* Exercise
Using the material that follows, output exactly the lines from the one containing "Rectangle(F20_W, F20_H)" through the one containing "Hole(F25_D / 2, depth=F25_DEPTH)", with both ends kept.

* Task input
↓
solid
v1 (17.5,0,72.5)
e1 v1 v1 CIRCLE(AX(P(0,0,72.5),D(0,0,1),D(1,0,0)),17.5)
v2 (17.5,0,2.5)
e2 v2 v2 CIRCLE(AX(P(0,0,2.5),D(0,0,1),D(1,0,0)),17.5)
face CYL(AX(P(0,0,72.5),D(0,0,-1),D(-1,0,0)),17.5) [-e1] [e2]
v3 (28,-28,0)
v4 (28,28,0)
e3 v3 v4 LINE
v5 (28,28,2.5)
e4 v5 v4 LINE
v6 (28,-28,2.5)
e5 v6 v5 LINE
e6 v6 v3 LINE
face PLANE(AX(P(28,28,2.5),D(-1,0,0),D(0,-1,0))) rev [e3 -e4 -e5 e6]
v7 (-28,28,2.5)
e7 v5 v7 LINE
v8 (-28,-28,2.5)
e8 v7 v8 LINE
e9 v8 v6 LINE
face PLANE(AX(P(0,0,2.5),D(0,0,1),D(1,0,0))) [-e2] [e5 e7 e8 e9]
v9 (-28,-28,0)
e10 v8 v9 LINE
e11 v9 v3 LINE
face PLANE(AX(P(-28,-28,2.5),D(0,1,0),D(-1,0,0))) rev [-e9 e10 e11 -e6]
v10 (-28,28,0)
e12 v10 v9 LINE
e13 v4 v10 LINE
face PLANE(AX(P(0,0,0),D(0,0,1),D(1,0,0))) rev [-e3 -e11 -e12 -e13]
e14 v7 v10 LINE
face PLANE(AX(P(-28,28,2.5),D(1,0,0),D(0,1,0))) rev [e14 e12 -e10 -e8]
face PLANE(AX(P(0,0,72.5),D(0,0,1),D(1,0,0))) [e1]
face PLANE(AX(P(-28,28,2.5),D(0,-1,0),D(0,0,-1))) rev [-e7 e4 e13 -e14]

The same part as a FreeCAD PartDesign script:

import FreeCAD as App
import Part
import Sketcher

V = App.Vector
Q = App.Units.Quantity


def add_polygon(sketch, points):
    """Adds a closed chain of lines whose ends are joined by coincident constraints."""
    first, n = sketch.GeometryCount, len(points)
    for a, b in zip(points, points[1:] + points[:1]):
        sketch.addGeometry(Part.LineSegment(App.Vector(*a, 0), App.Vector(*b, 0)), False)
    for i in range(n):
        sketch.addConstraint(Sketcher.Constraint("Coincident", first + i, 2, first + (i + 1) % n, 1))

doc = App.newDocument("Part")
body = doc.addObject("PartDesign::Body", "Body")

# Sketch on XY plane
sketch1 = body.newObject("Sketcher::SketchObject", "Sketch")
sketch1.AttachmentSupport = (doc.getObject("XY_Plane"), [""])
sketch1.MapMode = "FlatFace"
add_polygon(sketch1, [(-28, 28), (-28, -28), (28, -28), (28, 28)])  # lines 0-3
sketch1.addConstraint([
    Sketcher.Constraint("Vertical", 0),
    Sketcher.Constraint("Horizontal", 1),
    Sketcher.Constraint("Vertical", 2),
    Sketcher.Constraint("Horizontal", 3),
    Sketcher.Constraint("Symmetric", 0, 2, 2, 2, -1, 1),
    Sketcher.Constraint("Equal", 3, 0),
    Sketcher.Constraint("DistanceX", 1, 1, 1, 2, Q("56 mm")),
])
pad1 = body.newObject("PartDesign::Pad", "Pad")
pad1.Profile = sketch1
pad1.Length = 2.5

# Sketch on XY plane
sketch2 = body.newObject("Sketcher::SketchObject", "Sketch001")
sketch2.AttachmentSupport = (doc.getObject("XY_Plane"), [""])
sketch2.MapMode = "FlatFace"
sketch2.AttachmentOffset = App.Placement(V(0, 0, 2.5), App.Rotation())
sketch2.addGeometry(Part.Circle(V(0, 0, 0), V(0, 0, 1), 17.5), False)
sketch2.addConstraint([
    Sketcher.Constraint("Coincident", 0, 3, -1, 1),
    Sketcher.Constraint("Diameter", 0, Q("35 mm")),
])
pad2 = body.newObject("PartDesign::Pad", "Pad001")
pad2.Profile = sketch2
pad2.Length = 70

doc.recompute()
↑
↓
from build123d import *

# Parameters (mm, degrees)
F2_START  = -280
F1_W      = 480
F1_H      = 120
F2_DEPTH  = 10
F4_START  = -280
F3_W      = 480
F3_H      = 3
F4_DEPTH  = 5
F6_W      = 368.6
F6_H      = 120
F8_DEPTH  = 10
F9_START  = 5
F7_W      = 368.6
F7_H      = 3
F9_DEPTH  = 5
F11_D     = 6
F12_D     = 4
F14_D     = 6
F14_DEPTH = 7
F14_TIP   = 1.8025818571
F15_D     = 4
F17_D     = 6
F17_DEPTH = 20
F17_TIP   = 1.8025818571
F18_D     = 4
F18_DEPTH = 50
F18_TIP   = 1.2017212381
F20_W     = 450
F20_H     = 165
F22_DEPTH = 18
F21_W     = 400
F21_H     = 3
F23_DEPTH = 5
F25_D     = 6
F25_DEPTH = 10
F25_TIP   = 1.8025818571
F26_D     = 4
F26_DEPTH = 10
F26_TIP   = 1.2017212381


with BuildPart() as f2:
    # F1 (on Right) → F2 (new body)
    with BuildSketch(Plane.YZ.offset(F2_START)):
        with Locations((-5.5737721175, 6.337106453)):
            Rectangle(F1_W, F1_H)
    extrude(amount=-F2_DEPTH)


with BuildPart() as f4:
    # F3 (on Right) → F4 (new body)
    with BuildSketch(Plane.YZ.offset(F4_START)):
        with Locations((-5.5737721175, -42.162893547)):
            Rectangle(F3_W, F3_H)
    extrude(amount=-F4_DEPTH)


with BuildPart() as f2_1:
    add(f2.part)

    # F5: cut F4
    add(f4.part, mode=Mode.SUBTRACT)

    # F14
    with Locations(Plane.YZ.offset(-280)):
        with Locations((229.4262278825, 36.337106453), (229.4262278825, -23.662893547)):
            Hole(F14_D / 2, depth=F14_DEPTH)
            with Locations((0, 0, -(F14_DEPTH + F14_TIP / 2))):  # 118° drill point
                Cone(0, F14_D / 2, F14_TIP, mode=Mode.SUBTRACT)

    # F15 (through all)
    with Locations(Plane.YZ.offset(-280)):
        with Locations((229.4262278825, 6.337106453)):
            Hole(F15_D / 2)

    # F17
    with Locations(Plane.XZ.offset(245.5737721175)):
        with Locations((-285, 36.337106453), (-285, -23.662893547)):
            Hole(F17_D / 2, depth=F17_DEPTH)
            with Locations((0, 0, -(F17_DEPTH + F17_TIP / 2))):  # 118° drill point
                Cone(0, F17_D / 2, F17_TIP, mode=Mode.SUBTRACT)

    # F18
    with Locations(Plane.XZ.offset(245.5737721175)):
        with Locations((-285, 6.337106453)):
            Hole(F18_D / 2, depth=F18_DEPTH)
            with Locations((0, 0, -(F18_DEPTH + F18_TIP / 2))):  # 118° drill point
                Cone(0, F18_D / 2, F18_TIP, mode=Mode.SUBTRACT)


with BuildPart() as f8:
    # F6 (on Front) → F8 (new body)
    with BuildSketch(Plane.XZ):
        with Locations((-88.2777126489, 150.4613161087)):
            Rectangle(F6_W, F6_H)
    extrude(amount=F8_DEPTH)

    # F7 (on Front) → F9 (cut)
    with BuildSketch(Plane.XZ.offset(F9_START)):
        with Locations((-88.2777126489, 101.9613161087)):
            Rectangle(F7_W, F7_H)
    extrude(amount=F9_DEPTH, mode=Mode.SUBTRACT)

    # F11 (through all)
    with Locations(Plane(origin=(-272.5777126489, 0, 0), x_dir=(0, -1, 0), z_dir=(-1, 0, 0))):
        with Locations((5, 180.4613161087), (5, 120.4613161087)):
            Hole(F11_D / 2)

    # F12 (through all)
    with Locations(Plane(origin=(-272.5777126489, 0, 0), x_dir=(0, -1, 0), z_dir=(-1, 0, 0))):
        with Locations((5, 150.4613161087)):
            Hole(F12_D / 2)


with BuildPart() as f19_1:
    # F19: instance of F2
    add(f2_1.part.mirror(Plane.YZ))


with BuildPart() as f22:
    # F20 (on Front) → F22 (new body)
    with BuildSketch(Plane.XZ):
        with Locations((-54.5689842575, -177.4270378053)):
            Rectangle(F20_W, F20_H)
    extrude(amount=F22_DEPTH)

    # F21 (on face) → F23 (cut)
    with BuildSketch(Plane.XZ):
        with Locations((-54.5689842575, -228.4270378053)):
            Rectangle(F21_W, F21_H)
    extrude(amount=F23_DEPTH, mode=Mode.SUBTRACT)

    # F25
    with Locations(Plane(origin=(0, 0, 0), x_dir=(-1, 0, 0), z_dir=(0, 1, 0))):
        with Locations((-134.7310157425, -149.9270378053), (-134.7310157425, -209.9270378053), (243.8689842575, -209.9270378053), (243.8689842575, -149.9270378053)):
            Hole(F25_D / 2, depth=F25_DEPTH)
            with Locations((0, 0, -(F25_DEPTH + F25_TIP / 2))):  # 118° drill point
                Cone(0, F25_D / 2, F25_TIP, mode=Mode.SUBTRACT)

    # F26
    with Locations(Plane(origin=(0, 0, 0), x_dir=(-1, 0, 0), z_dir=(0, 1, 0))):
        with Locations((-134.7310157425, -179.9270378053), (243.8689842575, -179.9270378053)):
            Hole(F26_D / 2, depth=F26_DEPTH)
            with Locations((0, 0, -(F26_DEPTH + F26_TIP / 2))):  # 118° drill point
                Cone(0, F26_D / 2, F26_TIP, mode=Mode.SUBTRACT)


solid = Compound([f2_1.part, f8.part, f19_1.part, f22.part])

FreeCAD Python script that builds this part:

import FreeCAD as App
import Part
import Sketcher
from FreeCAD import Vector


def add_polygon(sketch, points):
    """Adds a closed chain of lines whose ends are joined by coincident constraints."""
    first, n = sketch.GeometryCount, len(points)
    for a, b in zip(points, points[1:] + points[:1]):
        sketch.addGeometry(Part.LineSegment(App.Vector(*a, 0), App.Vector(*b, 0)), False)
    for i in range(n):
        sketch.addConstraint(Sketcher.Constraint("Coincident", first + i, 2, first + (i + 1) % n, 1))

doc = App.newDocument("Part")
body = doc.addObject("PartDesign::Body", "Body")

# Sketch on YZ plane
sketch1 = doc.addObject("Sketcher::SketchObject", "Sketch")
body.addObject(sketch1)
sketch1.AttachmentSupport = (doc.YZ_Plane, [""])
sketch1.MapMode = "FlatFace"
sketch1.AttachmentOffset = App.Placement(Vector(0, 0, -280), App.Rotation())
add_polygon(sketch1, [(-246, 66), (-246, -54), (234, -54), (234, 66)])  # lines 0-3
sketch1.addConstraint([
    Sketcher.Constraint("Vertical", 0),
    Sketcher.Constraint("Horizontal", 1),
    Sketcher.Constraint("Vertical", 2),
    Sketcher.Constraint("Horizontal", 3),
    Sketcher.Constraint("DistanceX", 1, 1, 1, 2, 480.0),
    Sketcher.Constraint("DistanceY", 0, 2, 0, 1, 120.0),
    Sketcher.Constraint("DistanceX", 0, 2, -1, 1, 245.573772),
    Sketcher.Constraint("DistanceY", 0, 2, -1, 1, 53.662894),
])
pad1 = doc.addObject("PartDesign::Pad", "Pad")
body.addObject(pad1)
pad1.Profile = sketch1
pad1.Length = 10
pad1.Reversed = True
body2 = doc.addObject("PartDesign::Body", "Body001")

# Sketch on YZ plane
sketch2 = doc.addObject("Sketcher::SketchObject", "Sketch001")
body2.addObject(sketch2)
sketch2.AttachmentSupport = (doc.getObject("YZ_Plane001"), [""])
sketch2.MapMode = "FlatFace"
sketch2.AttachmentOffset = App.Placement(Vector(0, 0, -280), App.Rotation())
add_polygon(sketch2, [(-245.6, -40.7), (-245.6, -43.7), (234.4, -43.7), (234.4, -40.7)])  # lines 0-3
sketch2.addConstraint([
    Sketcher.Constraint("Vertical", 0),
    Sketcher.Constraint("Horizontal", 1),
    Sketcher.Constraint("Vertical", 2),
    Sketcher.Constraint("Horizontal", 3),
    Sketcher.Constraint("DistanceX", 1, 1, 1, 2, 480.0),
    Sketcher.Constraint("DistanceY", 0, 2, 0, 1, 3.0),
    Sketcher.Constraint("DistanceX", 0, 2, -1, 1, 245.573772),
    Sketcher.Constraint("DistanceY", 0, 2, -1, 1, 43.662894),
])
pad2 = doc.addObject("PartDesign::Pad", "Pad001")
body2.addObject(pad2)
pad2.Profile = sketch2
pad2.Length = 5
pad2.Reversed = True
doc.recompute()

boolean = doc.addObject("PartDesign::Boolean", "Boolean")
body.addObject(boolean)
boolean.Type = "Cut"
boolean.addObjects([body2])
↑
* Result of the exercise
            Rectangle(F20_W, F20_H)
    extrude(amount=F22_DEPTH)

    # F21 (on face) → F23 (cut)
    with BuildSketch(Plane.XZ):
        with Locations((-54.5689842575, -228.4270378053)):
            Rectangle(F21_W, F21_H)
    extrude(amount=F23_DEPTH, mode=Mode.SUBTRACT)

    # F25
    with Locations(Plane(origin=(0, 0, 0), x_dir=(-1, 0, 0), z_dir=(0, 1, 0))):
        with Locations((-134.7310157425, -149.9270378053), (-134.7310157425, -209.9270378053), (243.8689842575, -209.9270378053), (243.8689842575, -149.9270378053)):
            Hole(F25_D / 2, depth=F25_DEPTH)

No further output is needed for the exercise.